[TASK REQUIREMENTS] Using the data below, return the stretch from the line that contains "e3 v3 v4 LINE" through the line that contains "v18 (223.587313,-55.626,0)", both included, exactly as it stands and nothing beyond it.

Segment Start: RECORDS SHOWN

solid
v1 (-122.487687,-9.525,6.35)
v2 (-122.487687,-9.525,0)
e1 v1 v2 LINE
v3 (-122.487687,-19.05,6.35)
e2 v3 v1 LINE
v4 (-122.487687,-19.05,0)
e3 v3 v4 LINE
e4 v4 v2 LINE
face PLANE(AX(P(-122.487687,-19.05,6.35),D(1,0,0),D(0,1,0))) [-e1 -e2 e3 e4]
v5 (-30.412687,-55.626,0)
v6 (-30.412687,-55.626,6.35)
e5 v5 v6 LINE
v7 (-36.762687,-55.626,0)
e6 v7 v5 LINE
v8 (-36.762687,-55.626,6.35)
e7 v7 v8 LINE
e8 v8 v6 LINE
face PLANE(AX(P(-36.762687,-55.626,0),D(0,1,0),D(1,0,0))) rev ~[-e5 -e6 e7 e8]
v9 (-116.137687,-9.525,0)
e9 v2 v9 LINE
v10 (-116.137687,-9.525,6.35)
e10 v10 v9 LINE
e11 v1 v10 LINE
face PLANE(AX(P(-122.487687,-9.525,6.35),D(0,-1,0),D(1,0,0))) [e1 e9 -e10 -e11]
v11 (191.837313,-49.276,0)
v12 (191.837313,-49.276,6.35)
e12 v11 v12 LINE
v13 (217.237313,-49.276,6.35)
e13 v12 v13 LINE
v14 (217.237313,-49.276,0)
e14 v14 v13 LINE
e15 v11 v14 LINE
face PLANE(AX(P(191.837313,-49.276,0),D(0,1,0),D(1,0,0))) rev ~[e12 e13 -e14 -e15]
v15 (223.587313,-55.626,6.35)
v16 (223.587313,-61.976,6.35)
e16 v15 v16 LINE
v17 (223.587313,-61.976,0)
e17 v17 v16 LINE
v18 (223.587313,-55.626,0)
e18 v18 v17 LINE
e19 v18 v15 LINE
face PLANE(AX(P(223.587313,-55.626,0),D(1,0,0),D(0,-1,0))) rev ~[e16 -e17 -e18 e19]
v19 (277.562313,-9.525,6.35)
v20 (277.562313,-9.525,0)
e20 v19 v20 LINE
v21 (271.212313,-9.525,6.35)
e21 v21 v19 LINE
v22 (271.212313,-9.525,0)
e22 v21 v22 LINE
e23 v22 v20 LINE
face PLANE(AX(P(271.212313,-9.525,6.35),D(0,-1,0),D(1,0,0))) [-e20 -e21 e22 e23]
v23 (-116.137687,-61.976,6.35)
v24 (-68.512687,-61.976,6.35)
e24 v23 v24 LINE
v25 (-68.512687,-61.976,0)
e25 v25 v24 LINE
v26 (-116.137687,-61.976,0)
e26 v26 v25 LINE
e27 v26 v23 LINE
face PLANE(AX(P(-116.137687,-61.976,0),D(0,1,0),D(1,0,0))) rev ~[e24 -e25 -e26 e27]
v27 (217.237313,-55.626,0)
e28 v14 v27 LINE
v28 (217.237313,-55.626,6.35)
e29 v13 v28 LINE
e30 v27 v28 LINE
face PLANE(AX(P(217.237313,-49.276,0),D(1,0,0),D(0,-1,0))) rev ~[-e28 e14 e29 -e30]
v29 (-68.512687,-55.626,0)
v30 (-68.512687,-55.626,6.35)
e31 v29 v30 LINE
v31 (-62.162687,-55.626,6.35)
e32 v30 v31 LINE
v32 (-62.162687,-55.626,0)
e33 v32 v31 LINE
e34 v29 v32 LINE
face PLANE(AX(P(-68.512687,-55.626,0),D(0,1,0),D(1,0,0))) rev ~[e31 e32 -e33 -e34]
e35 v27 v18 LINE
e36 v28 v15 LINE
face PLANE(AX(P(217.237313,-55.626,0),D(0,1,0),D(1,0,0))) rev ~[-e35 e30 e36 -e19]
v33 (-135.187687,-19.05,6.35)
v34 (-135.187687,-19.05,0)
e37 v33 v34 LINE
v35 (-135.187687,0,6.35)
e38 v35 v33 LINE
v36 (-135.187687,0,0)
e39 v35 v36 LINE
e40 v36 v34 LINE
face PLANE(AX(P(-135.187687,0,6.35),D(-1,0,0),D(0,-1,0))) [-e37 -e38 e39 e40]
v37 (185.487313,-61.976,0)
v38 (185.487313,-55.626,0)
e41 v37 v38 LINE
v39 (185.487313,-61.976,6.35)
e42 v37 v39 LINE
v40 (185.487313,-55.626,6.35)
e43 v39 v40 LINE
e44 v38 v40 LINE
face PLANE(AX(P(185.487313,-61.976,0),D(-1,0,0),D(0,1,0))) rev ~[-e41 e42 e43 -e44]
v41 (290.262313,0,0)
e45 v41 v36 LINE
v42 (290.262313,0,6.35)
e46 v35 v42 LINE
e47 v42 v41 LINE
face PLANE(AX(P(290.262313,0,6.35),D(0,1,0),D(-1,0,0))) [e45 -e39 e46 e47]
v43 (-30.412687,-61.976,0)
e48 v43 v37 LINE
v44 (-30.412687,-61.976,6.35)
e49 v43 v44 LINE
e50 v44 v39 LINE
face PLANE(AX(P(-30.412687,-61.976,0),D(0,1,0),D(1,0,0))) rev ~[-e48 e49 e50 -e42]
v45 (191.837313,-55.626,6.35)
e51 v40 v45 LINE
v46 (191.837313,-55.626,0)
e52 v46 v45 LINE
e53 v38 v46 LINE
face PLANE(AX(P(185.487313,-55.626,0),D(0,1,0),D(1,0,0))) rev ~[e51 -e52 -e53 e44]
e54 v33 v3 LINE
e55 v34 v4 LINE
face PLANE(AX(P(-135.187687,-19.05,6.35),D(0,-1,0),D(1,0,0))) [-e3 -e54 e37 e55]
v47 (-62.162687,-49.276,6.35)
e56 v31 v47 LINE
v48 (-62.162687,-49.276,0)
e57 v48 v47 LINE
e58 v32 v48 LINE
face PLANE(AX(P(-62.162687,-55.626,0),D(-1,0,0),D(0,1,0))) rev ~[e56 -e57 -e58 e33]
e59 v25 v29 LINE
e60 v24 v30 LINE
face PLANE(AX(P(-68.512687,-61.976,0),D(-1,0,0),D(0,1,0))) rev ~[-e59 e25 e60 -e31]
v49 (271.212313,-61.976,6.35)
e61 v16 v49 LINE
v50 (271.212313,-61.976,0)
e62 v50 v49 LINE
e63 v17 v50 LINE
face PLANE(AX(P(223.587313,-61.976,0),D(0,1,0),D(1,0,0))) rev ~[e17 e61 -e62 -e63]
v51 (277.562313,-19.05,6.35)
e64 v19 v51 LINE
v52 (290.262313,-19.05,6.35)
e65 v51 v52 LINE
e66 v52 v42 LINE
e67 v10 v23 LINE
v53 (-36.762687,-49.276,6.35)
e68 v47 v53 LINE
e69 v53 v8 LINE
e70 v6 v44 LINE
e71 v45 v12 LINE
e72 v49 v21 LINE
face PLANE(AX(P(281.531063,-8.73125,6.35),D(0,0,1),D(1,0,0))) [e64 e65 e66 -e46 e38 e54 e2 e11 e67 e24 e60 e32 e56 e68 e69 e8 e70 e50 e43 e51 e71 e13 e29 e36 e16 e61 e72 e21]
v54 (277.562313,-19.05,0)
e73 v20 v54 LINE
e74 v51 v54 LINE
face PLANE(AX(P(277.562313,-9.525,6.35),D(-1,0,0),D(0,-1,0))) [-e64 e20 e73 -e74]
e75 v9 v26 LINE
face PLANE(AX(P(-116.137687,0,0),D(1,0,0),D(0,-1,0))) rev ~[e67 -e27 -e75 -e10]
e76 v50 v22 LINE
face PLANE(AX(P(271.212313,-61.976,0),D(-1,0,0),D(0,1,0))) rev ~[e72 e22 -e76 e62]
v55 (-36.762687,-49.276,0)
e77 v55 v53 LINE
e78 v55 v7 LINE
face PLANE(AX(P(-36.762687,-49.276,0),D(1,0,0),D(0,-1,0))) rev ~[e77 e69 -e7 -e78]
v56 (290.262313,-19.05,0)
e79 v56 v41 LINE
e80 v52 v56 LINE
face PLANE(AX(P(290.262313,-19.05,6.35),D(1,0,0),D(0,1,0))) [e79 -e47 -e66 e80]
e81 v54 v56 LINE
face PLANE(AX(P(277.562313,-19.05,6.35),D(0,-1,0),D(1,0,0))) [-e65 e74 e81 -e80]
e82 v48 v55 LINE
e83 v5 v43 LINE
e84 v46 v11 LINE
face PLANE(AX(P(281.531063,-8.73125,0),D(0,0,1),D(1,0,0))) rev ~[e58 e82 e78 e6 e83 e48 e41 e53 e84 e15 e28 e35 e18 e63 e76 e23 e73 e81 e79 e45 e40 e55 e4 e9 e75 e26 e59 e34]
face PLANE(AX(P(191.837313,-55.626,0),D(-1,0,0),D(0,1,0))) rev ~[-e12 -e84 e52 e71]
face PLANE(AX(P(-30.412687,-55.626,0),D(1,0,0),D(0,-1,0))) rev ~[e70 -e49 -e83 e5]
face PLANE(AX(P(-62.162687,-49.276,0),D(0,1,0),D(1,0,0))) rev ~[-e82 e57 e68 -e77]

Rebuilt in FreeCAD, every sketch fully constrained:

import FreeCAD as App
import Part
import Sketcher
from FreeCAD import Vector
Q = App.Units.Quantity


def add_polygon(sketch, points):
    """Adds a closed chain of lines whose ends are joined by coincident constraints."""
    first, n = sketch.GeometryCount, len(points)
    for a, b in zip(points, points[1:] + points[:1]):
        sketch.addGeometry(Part.LineSegment(App.Vector(*a, 0), App.Vector(*b, 0)), False)
    for i in range(n):
        sketch.addConstraint(Sketcher.Constraint("Coincident", first + i, 2, first + (i + 1) % n, 1))

doc = App.newDocument("Part")
body = doc.addObject("PartDesign::Body", "Body")

# Sketch on XY plane
sketch1 = body.newObject("Sketcher::SketchObject", "Sketch")
sketch1.AttachmentSupport = (doc.getObject("XY_Plane"), [""])
sketch1.MapMode = "FlatFace"
add_polygon(sketch1, [(-116.137687, 0), (-116.137687, -61.976), (-68.512687, -61.976), (-68.512687, -55.626), (-62.162687, -55.626), (-62.162687, -49.276), (-36.762687, -49.276), (-36.762687, -55.626), (-30.412687, -55.626), (-30.412687, -61.976), (185.487313, -61.976), (185.487313, -55.626), (191.837313, -55.626), (191.837313, -49.276), (217.237313, -49.276), (217.237313, -55.626), (223.587313, -55.626), (223.587313, -61.976), (271.212313, -61.976), (271.212313, 0)])  # lines 0-19
sketch1.addConstraint(Sketcher.Constraint("Vertical", 0))
sketch1.addConstraint(Sketcher.Constraint("Horizontal", 1))
sketch1.addConstraint(Sketcher.Constraint("Vertical", 2))
sketch1.addConstraint(Sketcher.Constraint("Horizontal", 3))
sketch1.addConstraint(Sketcher.Constraint("Vertical", 4))
sketch1.addConstraint(Sketcher.Constraint("Horizontal", 5))
sketch1.addConstraint(Sketcher.Constraint("Vertical", 6))
sketch1.addConstraint(Sketcher.Constraint("Horizontal", 7))
sketch1.addConstraint(Sketcher.Constraint("Vertical", 8))
sketch1.addConstraint(Sketcher.Constraint("Horizontal", 9))
sketch1.addConstraint(Sketcher.Constraint("Vertical", 10))
sketch1.addConstraint(Sketcher.Constraint("Horizontal", 11))
sketch1.addConstraint(Sketcher.Constraint("Vertical", 12))
sketch1.addConstraint(Sketcher.Constraint("Horizontal", 13))
sketch1.addConstraint(Sketcher.Constraint("Vertical", 14))
sketch1.addConstraint(Sketcher.Constraint("Horizontal", 15))
sketch1.addConstraint(Sketcher.Constraint("Vertical", 16))
sketch1.addConstraint(Sketcher.Constraint("Horizontal", 17))
sketch1.addConstraint(Sketcher.Constraint("Vertical", 18))
sketch1.addConstraint(Sketcher.Constraint("Horizontal", 19))
sketch1.addConstraint(Sketcher.Constraint("PointOnObject", 18, 2, -1))
sketch1.addConstraint(Sketcher.Constraint("Horizontal", 3, 2, 6, 2))
sketch1.addConstraint(Sketcher.Constraint("Horizontal", 1, 2, 8, 2))
sketch1.addConstraint(Sketcher.Constraint("Horizontal", 7, 2, 10, 2))
sketch1.addConstraint(Sketcher.Constraint("Horizontal", 5, 2, 12, 2))
sketch1.addConstraint(Sketcher.Constraint("Horizontal", 11, 2, 14, 2))
sketch1.addConstraint(Sketcher.Constraint("Horizontal", 9, 2, 16, 2))
sketch1.addConstraint(Sketcher.Constraint("Equal", 3, 7))
sketch1.addConstraint(Sketcher.Constraint("Equal", 7, 11))
sketch1.addConstraint(Sketcher.Constraint("Equal", 5, 13))
sketch1.addConstraint(Sketcher.Constraint("Equal", 11, 15))
sketch1.addConstraint(Sketcher.Constraint("Equal", 1, 17))
sketch1.addConstraint(Sketcher.Constraint("Equal", 15, 2))
sketch1.addConstraint(Sketcher.Constraint("Equal", 2, 4))
sketch1.addConstraint(Sketcher.Constraint("DistanceX", 5, 1, 5, 2, Q("1 in")))
sketch1.addConstraint(Sketcher.Constraint("DistanceX", 9, 1, 9, 2, Q("8.5 in")))
sketch1.addConstraint(Sketcher.Constraint("DistanceX", 6, 2, 11, 2, Q("9 in")))
sketch1.addConstraint(Sketcher.Constraint("DistanceX", 19, 2, 19, 1, Q("15.25 in")))
sketch1.addConstraint(Sketcher.Constraint("DistanceY", 0, 2, 0, 1, Q("2.44 in")))
sketch1.addConstraint(Sketcher.Constraint("DistanceX", 0, 2, -1, 1, Q("116.137687 mm")))
pad1 = body.newObject("PartDesign::Pad", "Pad")
pad1.Profile = sketch1
pad1.Length = Q("0.25 in")

# Sketch on XY plane
sketch2 = body.newObject("Sketcher::SketchObject", "Sketch001")
sketch2.AttachmentSupport = (doc.getObject("XY_Plane"), [""])
sketch2.MapMode = "FlatFace"
sketch2.AttachmentOffset = App.Placement(Vector(0, 0, 0.25 * 25.4), App.Rotation())
add_polygon(sketch2, [(290.262313, 0), (271.212313, 0), (271.212313, -9.525), (277.562313, -9.525), (277.562313, -19.05), (290.262313, -19.05)])  # lines 0-5
add_polygon(sketch2, [(-116.137687, -9.525), (-116.137687, 0), (-135.187687, 0), (-135.187687, -19.05), (-122.487687, -19.05), (-122.487687, -9.525)])  # lines 6-11
sketch2.addConstraint(Sketcher.Constraint("Horizontal", 0))
sketch2.addConstraint(Sketcher.Constraint("Vertical", 1))
sketch2.addConstraint(Sketcher.Constraint("Horizontal", 2))
sketch2.addConstraint(Sketcher.Constraint("Vertical", 3))
sketch2.addConstraint(Sketcher.Constraint("Horizontal", 4))
sketch2.addConstraint(Sketcher.Constraint("Vertical", 5))
sketch2.addConstraint(Sketcher.Constraint("Vertical", 6))
sketch2.addConstraint(Sketcher.Constraint("Horizontal", 7))
sketch2.addConstraint(Sketcher.Constraint("Vertical", 8))
sketch2.addConstraint(Sketcher.Constraint("Horizontal", 9))
sketch2.addConstraint(Sketcher.Constraint("Vertical", 10))
sketch2.addConstraint(Sketcher.Constraint("Horizontal", 11))
sketch2.addConstraint(Sketcher.Constraint("PointOnObject", 0, 2, -1))
sketch2.addConstraint(Sketcher.Constraint("PointOnObject", 6, 2, -1))
sketch2.addConstraint(Sketcher.Constraint("Horizontal", 4, 2, 8, 2))
sketch2.addConstraint(Sketcher.Constraint("Horizontal", 2, 2, 10, 2))
sketch2.addConstraint(Sketcher.Constraint("Equal", 0, 7))
sketch2.addConstraint(Sketcher.Constraint("Equal", 4, 9))
sketch2.addConstraint(Sketcher.Constraint("Equal", 1, 3))
sketch2.addConstraint(Sketcher.Constraint("Equal", 7, 5))
sketch2.addConstraint(Sketcher.Constraint("DistanceX", 4, 1, 4, 2, Q("0.5 in")))
sketch2.addConstraint(Sketcher.Constraint("DistanceX", 6, 2, 5, 2, Q("16 in")))
sketch2.addConstraint(Sketcher.Constraint("DistanceX", 0, 2, 0, 1, Q("0.75 in")))
sketch2.addConstraint(Sketcher.Constraint("DistanceX", -1, 1, 0, 2, Q("271.212313 mm")))
pad2 = body.newObject("PartDesign::Pad", "Pad001")
pad2.Profile = sketch2
pad2.Length = Q("0.25 in")
pad2.Reversed = True

doc.recompute()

Segment End: RECORDS SHOWN

[WRITTEN RESPONSE]
e3 v3 v4 LINE
e4 v4 v2 LINE
face PLANE(AX(P(-122.487687,-19.05,6.35),D(1,0,0),D(0,1,0))) [-e1 -e2 e3 e4]
v5 (-30.412687,-55.626,0)
v6 (-30.412687,-55.626,6.35)
e5 v5 v6 LINE
v7 (-36.762687,-55.626,0)
e6 v7 v5 LINE
v8 (-36.762687,-55.626,6.35)
e7 v7 v8 LINE
e8 v8 v6 LINE
face PLANE(AX(P(-36.762687,-55.626,0),D(0,1,0),D(1,0,0))) rev ~[-e5 -e6 e7 e8]
v9 (-116.137687,-9.525,0)
e9 v2 v9 LINE
v10 (-116.137687,-9.525,6.35)
e10 v10 v9 LINE
e11 v1 v10 LINE
face PLANE(AX(P(-122.487687,-9.525,6.35),D(0,-1,0),D(1,0,0))) [e1 e9 -e10 -e11]
v11 (191.837313,-49.276,0)
v12 (191.837313,-49.276,6.35)
e12 v11 v12 LINE
v13 (217.237313,-49.276,6.35)
e13 v12 v13 LINE
v14 (217.237313,-49.276,0)
e14 v14 v13 LINE
e15 v11 v14 LINE
face PLANE(AX(P(191.837313,-49.276,0),D(0,1,0),D(1,0,0))) rev ~[e12 e13 -e14 -e15]
v15 (223.587313,-55.626,6.35)
v16 (223.587313,-61.976,6.35)
e16 v15 v16 LINE
v17 (223.587313,-61.976,0)
e17 v17 v16 LINE
v18 (223.587313,-55.626,0)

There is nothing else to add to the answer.